Ist Griechenlands Staatspleite noch abzuwenden?

Einen Tag vor der entscheidenden Sitzung der Eurogruppe zur Griechenland-Krise laufen die Bemühungen zur Abwendung der Staatspleite in Athen auf Hochtouren.

Bundeskanzlerin Angela Merkel traf am Freitag in Brüssel noch einmal mit dem griechischen Ministerpräsidenten Alexis Tsipras und mit dem französischen Präsidenten François Hollande zusammen. Das bestätigten Verhandlungskreise am Rande des EU-Gipfels.

Nach Angaben aus Athen informierte Tsipras Merkel und Hollande über die griechische Position im Streit mit den internationalen Geldgebern. Er habe dabei Unverständnis über die harte Haltung der Institutionen geäußert, die auf weiteren Sparmaßnahmen bestünden. Die bisher erfolglosen Verhandlungen mit dem Internationalen Währungsfonds (IWF), der Europäischen Zentralbank (EZB) und der EU-Kommission sollten am Freitag fortgesetzt werden.

Am Samstag um 17.00 Uhr treffen die Euro-Finanzminister nach vier erfolglosen Anläufen erneut in Brüssel zusammen. Merkel hatte in der Nacht noch einmal betont, es sei Sache der Eurogruppe, einen Beschluss über ein griechisches Reform- und Sparpaket zu treffen, um die Staatspleite abzuwenden.

Eurogruppen-Chef Jeroen Dijsselbloem sagte, Samstagnacht müsse eine Entscheidung fallen. «Morgen muss es echt geschehen», betonte der niederländische Finanzminister in Den Haag. Wenn dann kein gutes Reformpaket auf dem Tisch liege, «ist es zu spät».

Am Dienstag endet das laufende Hilfsprogramm für Griechenland. Zugleich wird die Rückzahlung von 1,6 Milliarden Euro an den internationalen Währungsfonds (IWF) fällig.

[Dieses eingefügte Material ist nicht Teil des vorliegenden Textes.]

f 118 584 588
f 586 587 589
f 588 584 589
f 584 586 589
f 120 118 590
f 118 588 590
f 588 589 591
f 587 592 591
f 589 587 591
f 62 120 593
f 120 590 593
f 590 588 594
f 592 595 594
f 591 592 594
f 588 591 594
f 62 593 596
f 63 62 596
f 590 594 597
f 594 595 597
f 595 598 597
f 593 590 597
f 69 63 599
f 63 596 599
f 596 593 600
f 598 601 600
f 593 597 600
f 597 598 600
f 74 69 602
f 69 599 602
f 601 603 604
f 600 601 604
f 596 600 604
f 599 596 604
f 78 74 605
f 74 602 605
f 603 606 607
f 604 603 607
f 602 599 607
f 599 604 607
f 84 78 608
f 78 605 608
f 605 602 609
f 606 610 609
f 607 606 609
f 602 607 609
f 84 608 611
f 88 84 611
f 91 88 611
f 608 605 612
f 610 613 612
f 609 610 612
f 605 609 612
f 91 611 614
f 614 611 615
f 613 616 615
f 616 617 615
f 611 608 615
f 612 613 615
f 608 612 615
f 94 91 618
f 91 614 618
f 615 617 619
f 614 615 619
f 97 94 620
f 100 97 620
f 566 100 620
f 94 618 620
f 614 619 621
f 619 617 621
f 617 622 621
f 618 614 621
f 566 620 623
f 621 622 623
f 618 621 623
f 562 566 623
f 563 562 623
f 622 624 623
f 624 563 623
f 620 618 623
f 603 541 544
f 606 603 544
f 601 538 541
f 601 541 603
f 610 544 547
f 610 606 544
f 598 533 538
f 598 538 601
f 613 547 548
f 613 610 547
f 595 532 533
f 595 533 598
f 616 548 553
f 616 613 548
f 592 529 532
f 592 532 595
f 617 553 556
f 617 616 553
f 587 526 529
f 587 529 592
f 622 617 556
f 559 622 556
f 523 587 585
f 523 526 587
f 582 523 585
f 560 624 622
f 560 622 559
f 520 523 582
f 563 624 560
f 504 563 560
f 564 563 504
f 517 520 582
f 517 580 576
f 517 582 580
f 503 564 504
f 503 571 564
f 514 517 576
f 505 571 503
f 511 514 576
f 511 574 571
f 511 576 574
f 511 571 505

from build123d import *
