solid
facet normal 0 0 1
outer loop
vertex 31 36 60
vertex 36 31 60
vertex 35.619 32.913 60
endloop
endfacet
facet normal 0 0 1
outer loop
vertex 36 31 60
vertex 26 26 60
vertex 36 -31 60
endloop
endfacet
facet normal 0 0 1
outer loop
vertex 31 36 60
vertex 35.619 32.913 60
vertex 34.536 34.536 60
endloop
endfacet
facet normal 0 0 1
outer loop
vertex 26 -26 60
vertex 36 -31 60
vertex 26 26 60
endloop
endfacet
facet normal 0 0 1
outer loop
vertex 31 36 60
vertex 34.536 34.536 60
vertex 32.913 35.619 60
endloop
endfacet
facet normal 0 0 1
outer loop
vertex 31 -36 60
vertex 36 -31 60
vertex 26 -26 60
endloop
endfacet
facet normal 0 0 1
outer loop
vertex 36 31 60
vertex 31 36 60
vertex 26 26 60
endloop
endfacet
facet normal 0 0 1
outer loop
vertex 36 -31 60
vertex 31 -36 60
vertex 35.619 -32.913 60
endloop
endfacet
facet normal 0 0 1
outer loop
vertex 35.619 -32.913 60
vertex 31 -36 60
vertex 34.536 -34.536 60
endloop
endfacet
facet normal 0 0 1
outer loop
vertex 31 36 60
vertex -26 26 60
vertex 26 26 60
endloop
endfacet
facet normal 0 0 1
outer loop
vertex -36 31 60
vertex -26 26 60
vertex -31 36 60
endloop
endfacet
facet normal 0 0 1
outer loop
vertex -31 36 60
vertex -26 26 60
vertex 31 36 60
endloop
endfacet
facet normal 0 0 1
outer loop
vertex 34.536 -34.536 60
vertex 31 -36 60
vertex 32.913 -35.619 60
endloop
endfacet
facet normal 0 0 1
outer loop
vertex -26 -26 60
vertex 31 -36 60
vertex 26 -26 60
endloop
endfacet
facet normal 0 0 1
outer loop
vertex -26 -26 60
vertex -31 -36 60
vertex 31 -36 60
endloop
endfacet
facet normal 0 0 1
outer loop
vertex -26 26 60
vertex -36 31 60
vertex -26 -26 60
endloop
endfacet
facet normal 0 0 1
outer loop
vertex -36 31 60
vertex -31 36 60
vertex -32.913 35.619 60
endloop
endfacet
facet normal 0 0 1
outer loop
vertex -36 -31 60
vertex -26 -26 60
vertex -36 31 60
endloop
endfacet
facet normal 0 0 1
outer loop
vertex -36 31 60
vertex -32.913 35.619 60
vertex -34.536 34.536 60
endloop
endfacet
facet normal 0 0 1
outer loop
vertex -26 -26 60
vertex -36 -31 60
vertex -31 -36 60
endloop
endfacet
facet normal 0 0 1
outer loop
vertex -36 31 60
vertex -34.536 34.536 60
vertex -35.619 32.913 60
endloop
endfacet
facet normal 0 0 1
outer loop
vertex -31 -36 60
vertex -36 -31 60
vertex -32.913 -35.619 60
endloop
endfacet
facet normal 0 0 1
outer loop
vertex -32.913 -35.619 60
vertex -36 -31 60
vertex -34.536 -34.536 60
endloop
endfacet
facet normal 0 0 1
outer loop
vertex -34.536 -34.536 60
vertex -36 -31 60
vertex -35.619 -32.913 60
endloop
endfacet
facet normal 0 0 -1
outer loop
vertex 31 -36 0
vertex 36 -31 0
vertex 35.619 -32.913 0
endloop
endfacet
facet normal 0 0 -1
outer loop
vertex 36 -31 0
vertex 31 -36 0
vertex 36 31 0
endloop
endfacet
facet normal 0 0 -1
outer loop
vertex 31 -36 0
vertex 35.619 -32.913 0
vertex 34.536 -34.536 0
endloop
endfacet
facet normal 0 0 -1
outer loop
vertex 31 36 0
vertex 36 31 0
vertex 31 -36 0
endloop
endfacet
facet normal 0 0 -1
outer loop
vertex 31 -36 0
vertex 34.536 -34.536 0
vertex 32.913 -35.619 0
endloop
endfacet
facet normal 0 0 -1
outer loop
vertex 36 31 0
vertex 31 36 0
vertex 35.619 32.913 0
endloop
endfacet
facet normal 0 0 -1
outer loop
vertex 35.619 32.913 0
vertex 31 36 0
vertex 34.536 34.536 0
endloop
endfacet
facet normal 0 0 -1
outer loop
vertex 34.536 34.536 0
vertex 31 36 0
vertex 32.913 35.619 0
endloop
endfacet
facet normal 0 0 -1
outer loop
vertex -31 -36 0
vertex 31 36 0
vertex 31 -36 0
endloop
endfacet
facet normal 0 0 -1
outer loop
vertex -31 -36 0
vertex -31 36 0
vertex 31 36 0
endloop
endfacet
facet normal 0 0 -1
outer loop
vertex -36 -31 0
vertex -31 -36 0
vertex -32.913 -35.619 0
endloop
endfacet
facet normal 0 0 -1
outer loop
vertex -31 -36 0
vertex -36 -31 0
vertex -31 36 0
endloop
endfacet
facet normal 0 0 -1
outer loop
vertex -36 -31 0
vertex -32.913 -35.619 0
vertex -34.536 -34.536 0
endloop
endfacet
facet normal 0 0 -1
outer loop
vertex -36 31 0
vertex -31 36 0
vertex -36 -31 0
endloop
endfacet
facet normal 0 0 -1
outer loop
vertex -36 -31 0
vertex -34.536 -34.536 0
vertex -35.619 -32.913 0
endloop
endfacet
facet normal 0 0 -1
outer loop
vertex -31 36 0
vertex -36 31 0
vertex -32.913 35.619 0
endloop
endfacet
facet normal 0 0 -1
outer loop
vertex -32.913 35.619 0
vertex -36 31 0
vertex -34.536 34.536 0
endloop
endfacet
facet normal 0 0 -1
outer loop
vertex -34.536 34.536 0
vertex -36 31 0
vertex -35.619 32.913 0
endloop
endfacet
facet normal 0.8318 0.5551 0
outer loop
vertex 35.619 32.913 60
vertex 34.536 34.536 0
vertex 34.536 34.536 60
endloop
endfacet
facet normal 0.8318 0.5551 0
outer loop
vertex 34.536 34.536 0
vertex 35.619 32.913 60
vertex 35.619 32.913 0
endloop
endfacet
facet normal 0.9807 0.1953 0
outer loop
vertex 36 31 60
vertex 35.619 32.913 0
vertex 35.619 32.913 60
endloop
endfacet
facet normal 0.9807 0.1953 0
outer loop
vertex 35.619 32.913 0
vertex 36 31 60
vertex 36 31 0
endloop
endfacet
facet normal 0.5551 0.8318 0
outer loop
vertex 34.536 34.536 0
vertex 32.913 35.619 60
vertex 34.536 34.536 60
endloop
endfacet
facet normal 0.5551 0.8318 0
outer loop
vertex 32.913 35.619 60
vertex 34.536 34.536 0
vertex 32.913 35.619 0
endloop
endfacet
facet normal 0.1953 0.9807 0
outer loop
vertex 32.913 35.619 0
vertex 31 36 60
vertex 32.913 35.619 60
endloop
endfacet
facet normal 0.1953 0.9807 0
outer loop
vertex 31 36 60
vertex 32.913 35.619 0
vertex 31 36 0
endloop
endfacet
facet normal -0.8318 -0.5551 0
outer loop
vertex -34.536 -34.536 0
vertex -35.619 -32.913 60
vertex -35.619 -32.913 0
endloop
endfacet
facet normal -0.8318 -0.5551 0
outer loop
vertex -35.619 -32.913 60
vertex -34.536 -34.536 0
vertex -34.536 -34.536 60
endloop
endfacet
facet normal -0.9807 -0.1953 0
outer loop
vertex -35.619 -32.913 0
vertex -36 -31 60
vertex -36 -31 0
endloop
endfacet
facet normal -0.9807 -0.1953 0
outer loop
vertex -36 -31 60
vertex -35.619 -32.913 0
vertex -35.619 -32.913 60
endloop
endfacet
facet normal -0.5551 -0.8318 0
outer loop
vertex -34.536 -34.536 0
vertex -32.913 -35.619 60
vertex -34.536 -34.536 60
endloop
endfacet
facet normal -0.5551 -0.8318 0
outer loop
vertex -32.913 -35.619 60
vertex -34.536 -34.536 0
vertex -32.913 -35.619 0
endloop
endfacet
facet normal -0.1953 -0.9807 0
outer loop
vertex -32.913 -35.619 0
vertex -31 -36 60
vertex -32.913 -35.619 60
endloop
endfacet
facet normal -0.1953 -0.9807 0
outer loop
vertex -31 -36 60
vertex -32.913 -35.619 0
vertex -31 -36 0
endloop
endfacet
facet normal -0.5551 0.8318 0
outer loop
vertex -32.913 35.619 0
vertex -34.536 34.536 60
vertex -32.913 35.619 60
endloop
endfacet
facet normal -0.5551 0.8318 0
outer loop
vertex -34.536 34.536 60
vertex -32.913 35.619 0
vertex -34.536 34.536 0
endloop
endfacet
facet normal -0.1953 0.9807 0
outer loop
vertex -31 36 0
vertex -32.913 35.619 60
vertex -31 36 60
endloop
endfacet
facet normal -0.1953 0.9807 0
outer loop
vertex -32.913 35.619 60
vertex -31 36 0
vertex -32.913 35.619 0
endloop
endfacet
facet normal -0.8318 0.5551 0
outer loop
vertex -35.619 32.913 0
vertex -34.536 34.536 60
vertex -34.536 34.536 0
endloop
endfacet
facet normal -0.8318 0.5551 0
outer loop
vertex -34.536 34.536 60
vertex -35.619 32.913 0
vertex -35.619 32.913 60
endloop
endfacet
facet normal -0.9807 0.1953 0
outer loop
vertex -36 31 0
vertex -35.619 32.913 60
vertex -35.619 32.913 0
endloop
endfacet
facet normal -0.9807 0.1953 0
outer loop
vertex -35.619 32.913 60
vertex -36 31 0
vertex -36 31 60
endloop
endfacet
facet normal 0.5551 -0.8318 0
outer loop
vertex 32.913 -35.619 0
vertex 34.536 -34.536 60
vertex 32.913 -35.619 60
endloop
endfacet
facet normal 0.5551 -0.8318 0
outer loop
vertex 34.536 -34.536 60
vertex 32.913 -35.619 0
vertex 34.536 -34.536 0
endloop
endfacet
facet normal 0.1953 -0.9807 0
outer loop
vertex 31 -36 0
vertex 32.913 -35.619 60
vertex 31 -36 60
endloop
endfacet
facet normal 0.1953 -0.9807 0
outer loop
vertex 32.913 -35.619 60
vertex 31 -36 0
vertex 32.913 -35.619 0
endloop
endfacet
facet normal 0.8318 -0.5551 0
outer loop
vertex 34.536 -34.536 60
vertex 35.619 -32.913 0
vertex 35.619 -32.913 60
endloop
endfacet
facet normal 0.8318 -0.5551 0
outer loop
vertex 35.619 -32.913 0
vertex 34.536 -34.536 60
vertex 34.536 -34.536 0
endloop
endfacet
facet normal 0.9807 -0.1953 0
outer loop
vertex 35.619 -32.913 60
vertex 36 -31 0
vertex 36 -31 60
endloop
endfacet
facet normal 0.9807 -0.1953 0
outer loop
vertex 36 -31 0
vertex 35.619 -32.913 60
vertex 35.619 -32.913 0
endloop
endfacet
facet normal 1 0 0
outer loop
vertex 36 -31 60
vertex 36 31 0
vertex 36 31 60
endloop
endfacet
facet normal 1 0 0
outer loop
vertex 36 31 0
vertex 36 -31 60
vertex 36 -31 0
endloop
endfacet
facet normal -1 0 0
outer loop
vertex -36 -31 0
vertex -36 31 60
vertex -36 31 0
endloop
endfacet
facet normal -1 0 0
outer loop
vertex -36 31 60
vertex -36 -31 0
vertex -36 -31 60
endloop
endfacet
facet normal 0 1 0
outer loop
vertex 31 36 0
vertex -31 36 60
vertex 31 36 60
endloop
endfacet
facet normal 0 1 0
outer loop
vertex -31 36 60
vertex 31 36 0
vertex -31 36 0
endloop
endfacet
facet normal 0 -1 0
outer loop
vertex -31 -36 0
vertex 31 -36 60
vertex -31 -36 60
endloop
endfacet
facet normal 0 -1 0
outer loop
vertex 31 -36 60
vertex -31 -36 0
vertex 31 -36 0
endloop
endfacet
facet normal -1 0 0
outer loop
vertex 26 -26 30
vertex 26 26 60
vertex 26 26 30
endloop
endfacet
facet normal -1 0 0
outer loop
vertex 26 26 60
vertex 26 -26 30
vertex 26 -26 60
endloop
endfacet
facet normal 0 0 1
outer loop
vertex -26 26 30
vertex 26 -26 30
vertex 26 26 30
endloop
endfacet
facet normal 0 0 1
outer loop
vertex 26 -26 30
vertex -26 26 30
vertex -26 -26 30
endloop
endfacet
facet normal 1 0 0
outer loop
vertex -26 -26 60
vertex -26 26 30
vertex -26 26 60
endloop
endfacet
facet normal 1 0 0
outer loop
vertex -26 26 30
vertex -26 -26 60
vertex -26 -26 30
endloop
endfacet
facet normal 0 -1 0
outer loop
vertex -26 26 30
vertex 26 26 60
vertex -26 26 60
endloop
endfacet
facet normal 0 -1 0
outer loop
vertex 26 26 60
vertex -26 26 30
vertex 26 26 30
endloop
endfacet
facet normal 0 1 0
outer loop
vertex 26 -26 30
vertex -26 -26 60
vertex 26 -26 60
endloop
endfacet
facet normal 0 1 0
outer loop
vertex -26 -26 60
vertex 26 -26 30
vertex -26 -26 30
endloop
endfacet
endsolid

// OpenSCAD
difference() {
    translate ([-36, -36, 0]) {
        cube([72,72,60]);
    }
    translate ([-26, -26, 30]) {
        cube([52,52,30]);
    }
    
    translate([31, 31, 0]) {
        difference() {
            cube([6, 6, 60]);
            cylinder(r=5, h=60);
        }
    }

    translate ([-31, -31, 0]) {
        rotate([0, 0, 180]) {
            difference() {
                cube([6, 6, 60]);
                cylinder(r=5, h=60);
            }
        }
    }
    
    translate ([-31, 31, 0]) {
        rotate([0, 0, 90]) {
            difference() {
                cube([6, 6, 60]);
                cylinder(r=5, h=60);
            }
        }
    }
    
    translate ([31, -31, 0]) {
        rotate([0, 0, -90]) {
            difference() {
                cube([6, 6, 60]);
                cylinder(r=5, h=60);
            }
        }
    }
}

Dijsselbloem verwies darauf, dass eine Einigung noch von mehreren nationalen Parlamenten gebilligt werden müsse, darunter auch der Bundestag. Auf die Frage, ob eine Einigung noch möglich sei, sagte der Sozialdemokrat zögernd: «Ja, das geht noch.» Athen müsse einsehen, dass harte Eingriffe unvermeidlich seien, «mehr auf dem Gebiet von Reformen als Sparmaßnahmen», fügte Dijsselbloem hinzu.

Auch die Staats- und Regierungschefs der EU hatten den Druck auf Athen noch einmal erhöht. EU-Ratspräsident Donald Tusk betonte am frühen Freitagmorgen, der Gipfel unterstütze die internationalen Geldgeber, mit denen Athen um ein Spar- und Reformpaket streitet. Der Gipfel verlangte von Tsipras, das neue Angebot der Institutionen anzunehmen. Eine Abmachung über das Paket ist Voraussetzung für die Auszahlung von blockierten Hilfen von 7,2 Milliarden Euro.